**Exercise brief**
In the entries below, the lines from the one with "#98=CARTESIAN_POINT('',(28.575,15.875,6.35));" through the one with "#126=VERTEX_POINT('',#125);" are to be copied exactly; both ends count.

**Data for processing**
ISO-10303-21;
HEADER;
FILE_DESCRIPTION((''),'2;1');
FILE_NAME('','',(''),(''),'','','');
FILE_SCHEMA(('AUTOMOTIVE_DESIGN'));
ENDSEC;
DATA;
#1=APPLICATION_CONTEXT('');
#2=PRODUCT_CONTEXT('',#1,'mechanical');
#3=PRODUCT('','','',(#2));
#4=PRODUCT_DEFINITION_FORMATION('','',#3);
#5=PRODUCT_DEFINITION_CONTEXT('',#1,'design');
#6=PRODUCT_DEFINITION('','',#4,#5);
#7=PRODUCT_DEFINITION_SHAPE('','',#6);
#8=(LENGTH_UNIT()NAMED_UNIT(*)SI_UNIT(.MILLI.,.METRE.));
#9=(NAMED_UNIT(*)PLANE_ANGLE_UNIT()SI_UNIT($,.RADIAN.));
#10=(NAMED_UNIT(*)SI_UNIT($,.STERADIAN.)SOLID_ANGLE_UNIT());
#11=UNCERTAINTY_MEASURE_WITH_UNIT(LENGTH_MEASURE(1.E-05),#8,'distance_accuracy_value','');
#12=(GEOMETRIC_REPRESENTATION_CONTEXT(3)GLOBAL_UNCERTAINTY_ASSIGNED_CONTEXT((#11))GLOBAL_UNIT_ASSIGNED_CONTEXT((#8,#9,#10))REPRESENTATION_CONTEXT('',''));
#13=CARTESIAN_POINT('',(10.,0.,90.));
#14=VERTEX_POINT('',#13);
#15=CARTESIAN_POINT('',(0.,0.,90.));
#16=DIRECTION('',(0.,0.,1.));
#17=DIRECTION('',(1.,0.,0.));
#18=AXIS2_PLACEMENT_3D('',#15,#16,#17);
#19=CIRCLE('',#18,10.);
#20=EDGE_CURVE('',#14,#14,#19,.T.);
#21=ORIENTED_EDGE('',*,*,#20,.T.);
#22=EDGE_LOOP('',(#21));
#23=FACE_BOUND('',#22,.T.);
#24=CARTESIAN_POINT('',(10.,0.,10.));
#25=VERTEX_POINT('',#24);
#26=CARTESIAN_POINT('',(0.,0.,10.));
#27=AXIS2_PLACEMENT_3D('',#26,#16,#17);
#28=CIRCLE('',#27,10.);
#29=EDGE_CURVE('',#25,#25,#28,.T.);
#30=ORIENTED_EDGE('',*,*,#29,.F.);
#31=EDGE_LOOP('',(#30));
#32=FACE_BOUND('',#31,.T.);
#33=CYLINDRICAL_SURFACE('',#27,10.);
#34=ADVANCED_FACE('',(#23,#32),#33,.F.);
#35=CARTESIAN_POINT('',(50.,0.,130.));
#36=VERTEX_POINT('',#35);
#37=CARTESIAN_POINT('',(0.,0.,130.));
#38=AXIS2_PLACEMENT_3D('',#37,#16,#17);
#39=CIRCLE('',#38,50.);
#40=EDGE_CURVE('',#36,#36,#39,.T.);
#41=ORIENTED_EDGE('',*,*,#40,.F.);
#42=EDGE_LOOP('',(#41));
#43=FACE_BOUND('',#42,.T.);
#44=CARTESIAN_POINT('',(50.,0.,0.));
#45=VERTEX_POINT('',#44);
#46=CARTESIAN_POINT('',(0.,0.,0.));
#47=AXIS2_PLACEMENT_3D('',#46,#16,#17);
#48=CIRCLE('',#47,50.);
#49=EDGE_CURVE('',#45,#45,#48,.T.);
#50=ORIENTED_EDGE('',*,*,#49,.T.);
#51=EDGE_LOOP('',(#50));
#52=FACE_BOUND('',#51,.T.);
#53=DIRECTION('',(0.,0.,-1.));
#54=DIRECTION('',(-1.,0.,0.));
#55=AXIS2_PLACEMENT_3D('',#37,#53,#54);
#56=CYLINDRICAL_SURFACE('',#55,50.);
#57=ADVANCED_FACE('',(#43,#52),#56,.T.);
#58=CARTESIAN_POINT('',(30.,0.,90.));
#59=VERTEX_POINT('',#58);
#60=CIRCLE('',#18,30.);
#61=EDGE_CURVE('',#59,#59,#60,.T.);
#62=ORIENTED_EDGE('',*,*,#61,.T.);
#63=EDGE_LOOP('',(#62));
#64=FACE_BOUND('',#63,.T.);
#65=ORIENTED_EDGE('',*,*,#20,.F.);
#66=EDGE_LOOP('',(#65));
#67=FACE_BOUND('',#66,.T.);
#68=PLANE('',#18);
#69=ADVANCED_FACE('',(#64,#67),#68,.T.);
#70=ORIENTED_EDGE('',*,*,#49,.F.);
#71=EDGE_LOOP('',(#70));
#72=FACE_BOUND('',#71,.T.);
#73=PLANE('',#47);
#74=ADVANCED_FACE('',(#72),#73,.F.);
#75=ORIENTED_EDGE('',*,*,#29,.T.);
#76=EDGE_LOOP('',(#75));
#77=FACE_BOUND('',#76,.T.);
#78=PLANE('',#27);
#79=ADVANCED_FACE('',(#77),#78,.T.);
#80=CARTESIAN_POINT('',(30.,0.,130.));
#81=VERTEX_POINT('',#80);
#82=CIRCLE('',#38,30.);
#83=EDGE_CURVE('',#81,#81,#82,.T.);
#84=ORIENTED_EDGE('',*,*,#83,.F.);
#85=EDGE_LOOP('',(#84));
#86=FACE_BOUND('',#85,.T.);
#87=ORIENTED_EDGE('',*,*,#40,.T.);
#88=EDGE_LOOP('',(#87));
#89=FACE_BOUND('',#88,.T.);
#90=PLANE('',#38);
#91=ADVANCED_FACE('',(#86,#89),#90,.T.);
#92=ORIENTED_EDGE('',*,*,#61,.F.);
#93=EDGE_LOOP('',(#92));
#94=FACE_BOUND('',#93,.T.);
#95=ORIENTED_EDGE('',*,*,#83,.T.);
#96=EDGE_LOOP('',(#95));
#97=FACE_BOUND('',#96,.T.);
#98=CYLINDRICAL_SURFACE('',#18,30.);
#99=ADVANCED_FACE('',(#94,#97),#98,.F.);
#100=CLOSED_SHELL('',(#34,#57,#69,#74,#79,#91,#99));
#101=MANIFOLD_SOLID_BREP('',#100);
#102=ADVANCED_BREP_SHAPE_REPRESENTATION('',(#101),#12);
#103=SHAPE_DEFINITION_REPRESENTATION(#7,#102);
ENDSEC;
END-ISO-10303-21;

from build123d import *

# Parameters (mm, degrees)
SKETCH1_R           = 50
BOSS_EXTRUDE1_DEPTH = 130
SKETCH2_R           = 30
CUT_EXTRUDE1_DEPTH  = 40
SKETCH3_R           = 10
CUT_EXTRUDE2_DEPTH  = 80


with BuildPart() as part:
    # Sketch1 → Boss-Extrude1 (new body)
    with BuildSketch(Plane.XY):
        Circle(SKETCH1_R)
    extrude(amount=BOSS_EXTRUDE1_DEPTH)

    # Sketch2 → Cut-Extrude1 (cut)
    with BuildSketch(Plane.XY.offset(130)):
        Circle(SKETCH2_R)
    extrude(amount=-CUT_EXTRUDE1_DEPTH, mode=Mode.SUBTRACT)

    # Sketch3 → Cut-Extrude2 (cut)
    with BuildSketch(Plane.XY.offset(90)):
        Circle(SKETCH3_R)
    extrude(amount=-CUT_EXTRUDE2_DEPTH, mode=Mode.SUBTRACT)


solid = part.part
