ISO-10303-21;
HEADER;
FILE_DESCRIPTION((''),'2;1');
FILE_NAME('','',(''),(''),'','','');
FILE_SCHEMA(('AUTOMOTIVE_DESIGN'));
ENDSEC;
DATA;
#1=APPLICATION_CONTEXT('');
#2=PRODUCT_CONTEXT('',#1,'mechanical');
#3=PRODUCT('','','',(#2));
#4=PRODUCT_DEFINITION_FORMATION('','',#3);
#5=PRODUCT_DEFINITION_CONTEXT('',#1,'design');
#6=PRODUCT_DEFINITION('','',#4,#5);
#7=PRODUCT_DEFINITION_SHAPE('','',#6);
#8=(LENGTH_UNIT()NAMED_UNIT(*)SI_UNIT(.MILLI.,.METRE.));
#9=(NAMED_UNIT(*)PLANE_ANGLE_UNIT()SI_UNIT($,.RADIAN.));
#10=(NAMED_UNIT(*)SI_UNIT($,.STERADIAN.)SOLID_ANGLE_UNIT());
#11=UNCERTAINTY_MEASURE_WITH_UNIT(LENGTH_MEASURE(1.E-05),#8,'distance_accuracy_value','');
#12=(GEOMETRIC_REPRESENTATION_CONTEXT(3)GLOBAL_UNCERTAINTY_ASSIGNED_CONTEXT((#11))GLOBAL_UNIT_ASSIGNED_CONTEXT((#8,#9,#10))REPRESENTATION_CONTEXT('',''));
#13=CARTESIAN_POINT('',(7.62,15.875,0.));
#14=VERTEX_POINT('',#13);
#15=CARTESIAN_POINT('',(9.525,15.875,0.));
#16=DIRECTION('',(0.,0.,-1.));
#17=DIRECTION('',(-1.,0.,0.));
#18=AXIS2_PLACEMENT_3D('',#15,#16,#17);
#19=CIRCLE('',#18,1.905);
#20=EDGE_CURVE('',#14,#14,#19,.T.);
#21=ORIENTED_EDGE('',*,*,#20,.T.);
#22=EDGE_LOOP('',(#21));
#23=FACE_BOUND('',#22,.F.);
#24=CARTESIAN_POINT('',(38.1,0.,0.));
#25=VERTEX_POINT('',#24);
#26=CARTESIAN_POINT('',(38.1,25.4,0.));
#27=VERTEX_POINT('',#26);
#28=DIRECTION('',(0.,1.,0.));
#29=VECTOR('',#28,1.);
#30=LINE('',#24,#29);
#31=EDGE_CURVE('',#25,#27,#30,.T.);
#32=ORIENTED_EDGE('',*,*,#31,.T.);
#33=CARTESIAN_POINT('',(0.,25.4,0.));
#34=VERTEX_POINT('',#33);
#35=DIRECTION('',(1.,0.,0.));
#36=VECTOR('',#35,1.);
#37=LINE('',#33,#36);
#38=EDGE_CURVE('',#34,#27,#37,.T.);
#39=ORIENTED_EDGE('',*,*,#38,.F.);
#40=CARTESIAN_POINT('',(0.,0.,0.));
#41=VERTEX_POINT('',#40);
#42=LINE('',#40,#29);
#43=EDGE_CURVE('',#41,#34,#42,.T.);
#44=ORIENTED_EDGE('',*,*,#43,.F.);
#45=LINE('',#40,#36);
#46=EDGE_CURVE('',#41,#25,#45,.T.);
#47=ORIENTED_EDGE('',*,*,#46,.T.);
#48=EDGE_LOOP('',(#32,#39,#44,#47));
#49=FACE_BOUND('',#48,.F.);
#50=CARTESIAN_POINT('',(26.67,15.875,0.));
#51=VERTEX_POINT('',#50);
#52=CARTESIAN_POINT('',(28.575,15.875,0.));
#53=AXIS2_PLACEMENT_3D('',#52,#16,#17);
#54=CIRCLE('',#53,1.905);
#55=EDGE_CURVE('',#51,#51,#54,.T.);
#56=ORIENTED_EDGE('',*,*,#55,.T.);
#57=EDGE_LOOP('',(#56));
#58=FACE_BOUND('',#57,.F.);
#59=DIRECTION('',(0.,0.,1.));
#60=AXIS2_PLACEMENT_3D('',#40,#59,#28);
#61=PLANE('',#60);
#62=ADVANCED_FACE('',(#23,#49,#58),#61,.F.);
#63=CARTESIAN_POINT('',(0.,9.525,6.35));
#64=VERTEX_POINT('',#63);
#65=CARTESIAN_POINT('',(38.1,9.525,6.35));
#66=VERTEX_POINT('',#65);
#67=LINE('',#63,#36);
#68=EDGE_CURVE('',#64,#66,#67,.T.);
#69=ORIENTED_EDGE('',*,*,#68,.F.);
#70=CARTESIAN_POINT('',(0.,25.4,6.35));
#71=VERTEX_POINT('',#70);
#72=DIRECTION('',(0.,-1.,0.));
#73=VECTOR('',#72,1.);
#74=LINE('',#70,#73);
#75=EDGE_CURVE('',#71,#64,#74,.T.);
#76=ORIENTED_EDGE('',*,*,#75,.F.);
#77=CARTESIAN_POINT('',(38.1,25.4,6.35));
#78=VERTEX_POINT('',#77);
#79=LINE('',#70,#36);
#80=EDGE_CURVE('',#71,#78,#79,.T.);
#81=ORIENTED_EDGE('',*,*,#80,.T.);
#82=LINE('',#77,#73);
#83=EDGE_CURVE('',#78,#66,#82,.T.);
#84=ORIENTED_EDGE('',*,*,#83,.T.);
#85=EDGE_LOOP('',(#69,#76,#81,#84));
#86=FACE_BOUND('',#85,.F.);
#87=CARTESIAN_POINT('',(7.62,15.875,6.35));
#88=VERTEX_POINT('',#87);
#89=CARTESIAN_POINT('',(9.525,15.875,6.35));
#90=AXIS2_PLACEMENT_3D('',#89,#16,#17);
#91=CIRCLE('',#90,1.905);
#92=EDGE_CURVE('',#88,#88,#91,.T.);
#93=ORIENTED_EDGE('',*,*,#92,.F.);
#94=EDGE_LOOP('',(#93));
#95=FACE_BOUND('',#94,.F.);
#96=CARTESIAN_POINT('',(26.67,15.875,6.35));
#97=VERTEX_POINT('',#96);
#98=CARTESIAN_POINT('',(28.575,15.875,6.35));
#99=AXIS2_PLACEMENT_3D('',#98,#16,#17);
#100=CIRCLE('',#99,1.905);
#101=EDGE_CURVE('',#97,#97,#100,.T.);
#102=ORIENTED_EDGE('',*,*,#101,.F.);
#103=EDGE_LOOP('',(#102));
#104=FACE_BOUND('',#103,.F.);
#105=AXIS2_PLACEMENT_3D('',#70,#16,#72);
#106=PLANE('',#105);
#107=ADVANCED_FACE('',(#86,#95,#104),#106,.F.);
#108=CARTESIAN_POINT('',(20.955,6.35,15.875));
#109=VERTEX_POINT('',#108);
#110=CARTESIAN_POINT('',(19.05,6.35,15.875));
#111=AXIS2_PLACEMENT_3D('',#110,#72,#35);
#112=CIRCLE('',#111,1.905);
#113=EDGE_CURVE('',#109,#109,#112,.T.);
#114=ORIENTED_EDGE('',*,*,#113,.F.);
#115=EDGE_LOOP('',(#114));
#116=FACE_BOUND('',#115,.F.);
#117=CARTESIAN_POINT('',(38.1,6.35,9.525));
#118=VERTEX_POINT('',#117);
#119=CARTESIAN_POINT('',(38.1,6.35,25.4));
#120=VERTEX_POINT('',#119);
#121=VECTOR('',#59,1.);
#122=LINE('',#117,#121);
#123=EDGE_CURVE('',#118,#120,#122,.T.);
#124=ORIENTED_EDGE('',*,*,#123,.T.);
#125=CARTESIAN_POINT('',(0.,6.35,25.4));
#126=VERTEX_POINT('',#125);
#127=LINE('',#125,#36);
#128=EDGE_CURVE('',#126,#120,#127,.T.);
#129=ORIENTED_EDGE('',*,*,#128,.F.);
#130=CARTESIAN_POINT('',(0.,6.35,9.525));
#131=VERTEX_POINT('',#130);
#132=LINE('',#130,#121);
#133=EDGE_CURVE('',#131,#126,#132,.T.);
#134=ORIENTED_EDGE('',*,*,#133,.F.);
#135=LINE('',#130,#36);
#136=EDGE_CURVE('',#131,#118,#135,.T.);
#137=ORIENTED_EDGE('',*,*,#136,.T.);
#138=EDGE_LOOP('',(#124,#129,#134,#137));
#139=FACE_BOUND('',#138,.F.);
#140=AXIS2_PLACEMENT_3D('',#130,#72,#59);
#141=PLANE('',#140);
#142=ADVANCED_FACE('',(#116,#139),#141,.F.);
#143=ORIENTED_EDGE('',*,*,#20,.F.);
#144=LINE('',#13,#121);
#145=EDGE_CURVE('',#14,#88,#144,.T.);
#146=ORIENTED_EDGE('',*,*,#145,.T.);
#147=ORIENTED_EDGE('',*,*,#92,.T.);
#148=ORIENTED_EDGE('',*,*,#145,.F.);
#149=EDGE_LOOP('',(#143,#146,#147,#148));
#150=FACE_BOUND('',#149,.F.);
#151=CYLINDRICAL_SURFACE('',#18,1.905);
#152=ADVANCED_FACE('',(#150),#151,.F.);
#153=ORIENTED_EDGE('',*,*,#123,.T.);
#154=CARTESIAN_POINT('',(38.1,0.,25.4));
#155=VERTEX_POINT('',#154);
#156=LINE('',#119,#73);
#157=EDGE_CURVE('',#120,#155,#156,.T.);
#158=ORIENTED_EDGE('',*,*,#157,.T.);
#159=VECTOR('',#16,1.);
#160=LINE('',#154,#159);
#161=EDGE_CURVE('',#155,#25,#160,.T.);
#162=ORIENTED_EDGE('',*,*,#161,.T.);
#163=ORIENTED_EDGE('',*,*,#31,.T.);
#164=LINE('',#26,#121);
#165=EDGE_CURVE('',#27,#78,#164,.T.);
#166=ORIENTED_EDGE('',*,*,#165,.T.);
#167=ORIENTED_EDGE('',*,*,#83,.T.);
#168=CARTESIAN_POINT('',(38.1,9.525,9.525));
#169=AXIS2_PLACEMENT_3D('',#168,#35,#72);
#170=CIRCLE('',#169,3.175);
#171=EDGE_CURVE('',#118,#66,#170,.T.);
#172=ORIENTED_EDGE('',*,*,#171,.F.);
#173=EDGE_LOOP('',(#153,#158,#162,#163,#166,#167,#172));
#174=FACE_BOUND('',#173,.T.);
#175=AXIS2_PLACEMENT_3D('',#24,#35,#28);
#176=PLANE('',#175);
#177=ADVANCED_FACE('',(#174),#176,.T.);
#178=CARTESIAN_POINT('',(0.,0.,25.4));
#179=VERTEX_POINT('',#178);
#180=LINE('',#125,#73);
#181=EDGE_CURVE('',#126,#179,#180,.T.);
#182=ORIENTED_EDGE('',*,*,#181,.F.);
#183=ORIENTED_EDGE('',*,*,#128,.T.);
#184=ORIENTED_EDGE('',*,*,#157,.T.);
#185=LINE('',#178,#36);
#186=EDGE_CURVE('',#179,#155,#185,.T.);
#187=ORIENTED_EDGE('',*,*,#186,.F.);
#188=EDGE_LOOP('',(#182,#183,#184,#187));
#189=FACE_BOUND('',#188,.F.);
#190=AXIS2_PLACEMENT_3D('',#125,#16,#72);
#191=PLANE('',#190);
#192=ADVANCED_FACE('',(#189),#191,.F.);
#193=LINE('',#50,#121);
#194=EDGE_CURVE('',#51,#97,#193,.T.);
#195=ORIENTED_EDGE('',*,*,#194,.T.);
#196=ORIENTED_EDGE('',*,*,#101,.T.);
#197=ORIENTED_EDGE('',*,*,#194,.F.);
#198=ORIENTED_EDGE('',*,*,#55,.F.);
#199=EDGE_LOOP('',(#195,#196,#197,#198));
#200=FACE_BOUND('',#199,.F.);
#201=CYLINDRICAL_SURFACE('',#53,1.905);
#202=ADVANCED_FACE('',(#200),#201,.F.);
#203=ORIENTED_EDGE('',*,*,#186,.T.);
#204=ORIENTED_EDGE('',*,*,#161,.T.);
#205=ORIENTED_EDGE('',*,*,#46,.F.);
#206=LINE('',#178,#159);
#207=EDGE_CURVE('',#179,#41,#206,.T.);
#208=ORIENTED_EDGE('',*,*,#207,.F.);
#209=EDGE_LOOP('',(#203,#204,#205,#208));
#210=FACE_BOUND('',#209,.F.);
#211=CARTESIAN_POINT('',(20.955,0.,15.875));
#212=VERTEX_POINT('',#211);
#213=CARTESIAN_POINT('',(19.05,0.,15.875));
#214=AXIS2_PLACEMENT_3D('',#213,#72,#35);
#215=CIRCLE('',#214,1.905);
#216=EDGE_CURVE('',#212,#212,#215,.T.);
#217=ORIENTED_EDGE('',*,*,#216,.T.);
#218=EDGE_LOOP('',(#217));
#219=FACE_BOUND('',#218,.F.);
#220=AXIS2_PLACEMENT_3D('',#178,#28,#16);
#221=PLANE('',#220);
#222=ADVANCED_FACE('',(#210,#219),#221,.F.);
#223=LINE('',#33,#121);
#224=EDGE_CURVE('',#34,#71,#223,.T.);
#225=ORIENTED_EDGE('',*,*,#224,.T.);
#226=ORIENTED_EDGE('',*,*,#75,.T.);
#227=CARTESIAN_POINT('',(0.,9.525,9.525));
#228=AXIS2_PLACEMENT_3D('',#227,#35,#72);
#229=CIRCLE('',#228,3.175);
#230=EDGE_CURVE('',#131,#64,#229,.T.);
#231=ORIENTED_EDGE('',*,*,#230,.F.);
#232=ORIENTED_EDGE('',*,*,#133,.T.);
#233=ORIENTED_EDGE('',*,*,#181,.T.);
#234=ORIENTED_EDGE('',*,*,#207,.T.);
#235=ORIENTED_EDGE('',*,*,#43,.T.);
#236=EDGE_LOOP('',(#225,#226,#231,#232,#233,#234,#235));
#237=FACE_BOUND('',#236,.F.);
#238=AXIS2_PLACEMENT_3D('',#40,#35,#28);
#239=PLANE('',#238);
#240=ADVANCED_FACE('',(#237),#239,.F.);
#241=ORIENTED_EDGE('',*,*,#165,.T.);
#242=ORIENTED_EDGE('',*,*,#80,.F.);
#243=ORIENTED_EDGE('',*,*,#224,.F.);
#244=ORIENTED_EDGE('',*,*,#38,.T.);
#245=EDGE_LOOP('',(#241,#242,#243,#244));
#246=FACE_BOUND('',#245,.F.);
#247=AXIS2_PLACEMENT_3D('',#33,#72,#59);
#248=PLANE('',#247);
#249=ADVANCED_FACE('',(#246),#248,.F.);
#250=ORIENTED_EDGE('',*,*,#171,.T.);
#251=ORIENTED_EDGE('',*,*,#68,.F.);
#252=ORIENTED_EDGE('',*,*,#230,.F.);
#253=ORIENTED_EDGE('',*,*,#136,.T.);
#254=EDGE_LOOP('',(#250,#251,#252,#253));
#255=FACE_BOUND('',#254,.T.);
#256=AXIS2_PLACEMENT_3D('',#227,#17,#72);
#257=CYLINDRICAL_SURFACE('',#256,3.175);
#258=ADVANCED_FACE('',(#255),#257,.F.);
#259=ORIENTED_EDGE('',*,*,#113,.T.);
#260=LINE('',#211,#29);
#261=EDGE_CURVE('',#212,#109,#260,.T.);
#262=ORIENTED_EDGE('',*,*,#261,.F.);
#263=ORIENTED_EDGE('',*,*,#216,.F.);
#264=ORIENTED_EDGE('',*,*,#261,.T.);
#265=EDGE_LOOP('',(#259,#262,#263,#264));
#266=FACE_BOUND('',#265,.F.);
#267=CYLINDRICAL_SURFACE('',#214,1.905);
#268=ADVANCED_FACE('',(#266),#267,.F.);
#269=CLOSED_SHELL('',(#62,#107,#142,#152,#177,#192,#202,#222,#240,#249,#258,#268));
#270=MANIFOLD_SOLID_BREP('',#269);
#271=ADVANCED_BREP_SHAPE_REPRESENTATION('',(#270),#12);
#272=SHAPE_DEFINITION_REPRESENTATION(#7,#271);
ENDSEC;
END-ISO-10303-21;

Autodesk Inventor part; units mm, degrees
ref_plane "YZ Plane" through (0, 0, 0) normal (1, 0, 0) x (0, 1, 0)
ref_plane "XZ Plane" through (0, 0, 0) normal (0, 1, 0) x (-1, 0, 0)
ref_plane "XY Plane" through (0, 0, 0) normal (0, 0, 1) x (1, 0, 0)
sketch "Sketch1" plane through (0, 0, 0) normal (1, 0, 0) x (0, 1, 0)
  line L0 (0, 25.4) -> (0, 0)
  line L1 (0, 0) -> (25.4, 0)
  line L2 (25.4, 0) -> (25.4, 6.35)
  line L3 (25.4, 6.35) -> (9.525, 6.35)
  line L4 (6.35, 9.525) -> (6.35, 25.4)
  line L5 (6.35, 25.4) -> (0, 25.4)
  arc A0 (6.35, 9.525) -> (9.525, 6.35) centre (9.525, 9.525) ccw
  dimension "d0" = 3.175
  dimension "d1" = 25.4
  dimension "d2" = 6.35
extrude "Extrusion1" add sketch "Sketch1" along normal blind 38.1
sketch "Sketch2" plane through (0, 0, 0) normal (0, 0, -1) x (-1, 0, 0)
  line L0 (0, 6.35) -> (-38.1, 6.35) construction
  line L1 (0, 25.4) -> (-38.1, 25.4) construction
  circle A0 centre (-28.575, 15.875) radius 1.905
  line L2 (-28.575, 25.4) -> (-28.575, 6.35) construction
  line L3 (-19.05, 6.35) -> (-19.05, 25.4) construction
  line L4 (-9.525, 25.4) -> (-9.525, 6.35) construction
  circle A1 centre (-9.525, 15.875) radius 1.905
  point P0 (0, 0)
  dimension "d5" = 3.81
  dimension "d11" = 19.05
extrude "Extrusion2" cut sketch "Sketch2" against normal through all
sketch "Sketch3" plane through (0, 0, 0) normal (0, -1, 0) x (1, 0, 0)
  line L0 (0, 6.35) -> (38.1, 6.35) construction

**Task solution**
#98=CARTESIAN_POINT('',(28.575,15.875,6.35));
#99=AXIS2_PLACEMENT_3D('',#98,#16,#17);
#100=CIRCLE('',#99,1.905);
#101=EDGE_CURVE('',#97,#97,#100,.T.);
#102=ORIENTED_EDGE('',*,*,#101,.F.);
#103=EDGE_LOOP('',(#102));
#104=FACE_BOUND('',#103,.F.);
#105=AXIS2_PLACEMENT_3D('',#70,#16,#72);
#106=PLANE('',#105);
#107=ADVANCED_FACE('',(#86,#95,#104),#106,.F.);
#108=CARTESIAN_POINT('',(20.955,6.35,15.875));
#109=VERTEX_POINT('',#108);
#110=CARTESIAN_POINT('',(19.05,6.35,15.875));
#111=AXIS2_PLACEMENT_3D('',#110,#72,#35);
#112=CIRCLE('',#111,1.905);
#113=EDGE_CURVE('',#109,#109,#112,.T.);
#114=ORIENTED_EDGE('',*,*,#113,.F.);
#115=EDGE_LOOP('',(#114));
#116=FACE_BOUND('',#115,.F.);
#117=CARTESIAN_POINT('',(38.1,6.35,9.525));
#118=VERTEX_POINT('',#117);
#119=CARTESIAN_POINT('',(38.1,6.35,25.4));
#120=VERTEX_POINT('',#119);
#121=VECTOR('',#59,1.);
#122=LINE('',#117,#121);
#123=EDGE_CURVE('',#118,#120,#122,.T.);
#124=ORIENTED_EDGE('',*,*,#123,.T.);
#125=CARTESIAN_POINT('',(0.,6.35,25.4));
#126=VERTEX_POINT('',#125);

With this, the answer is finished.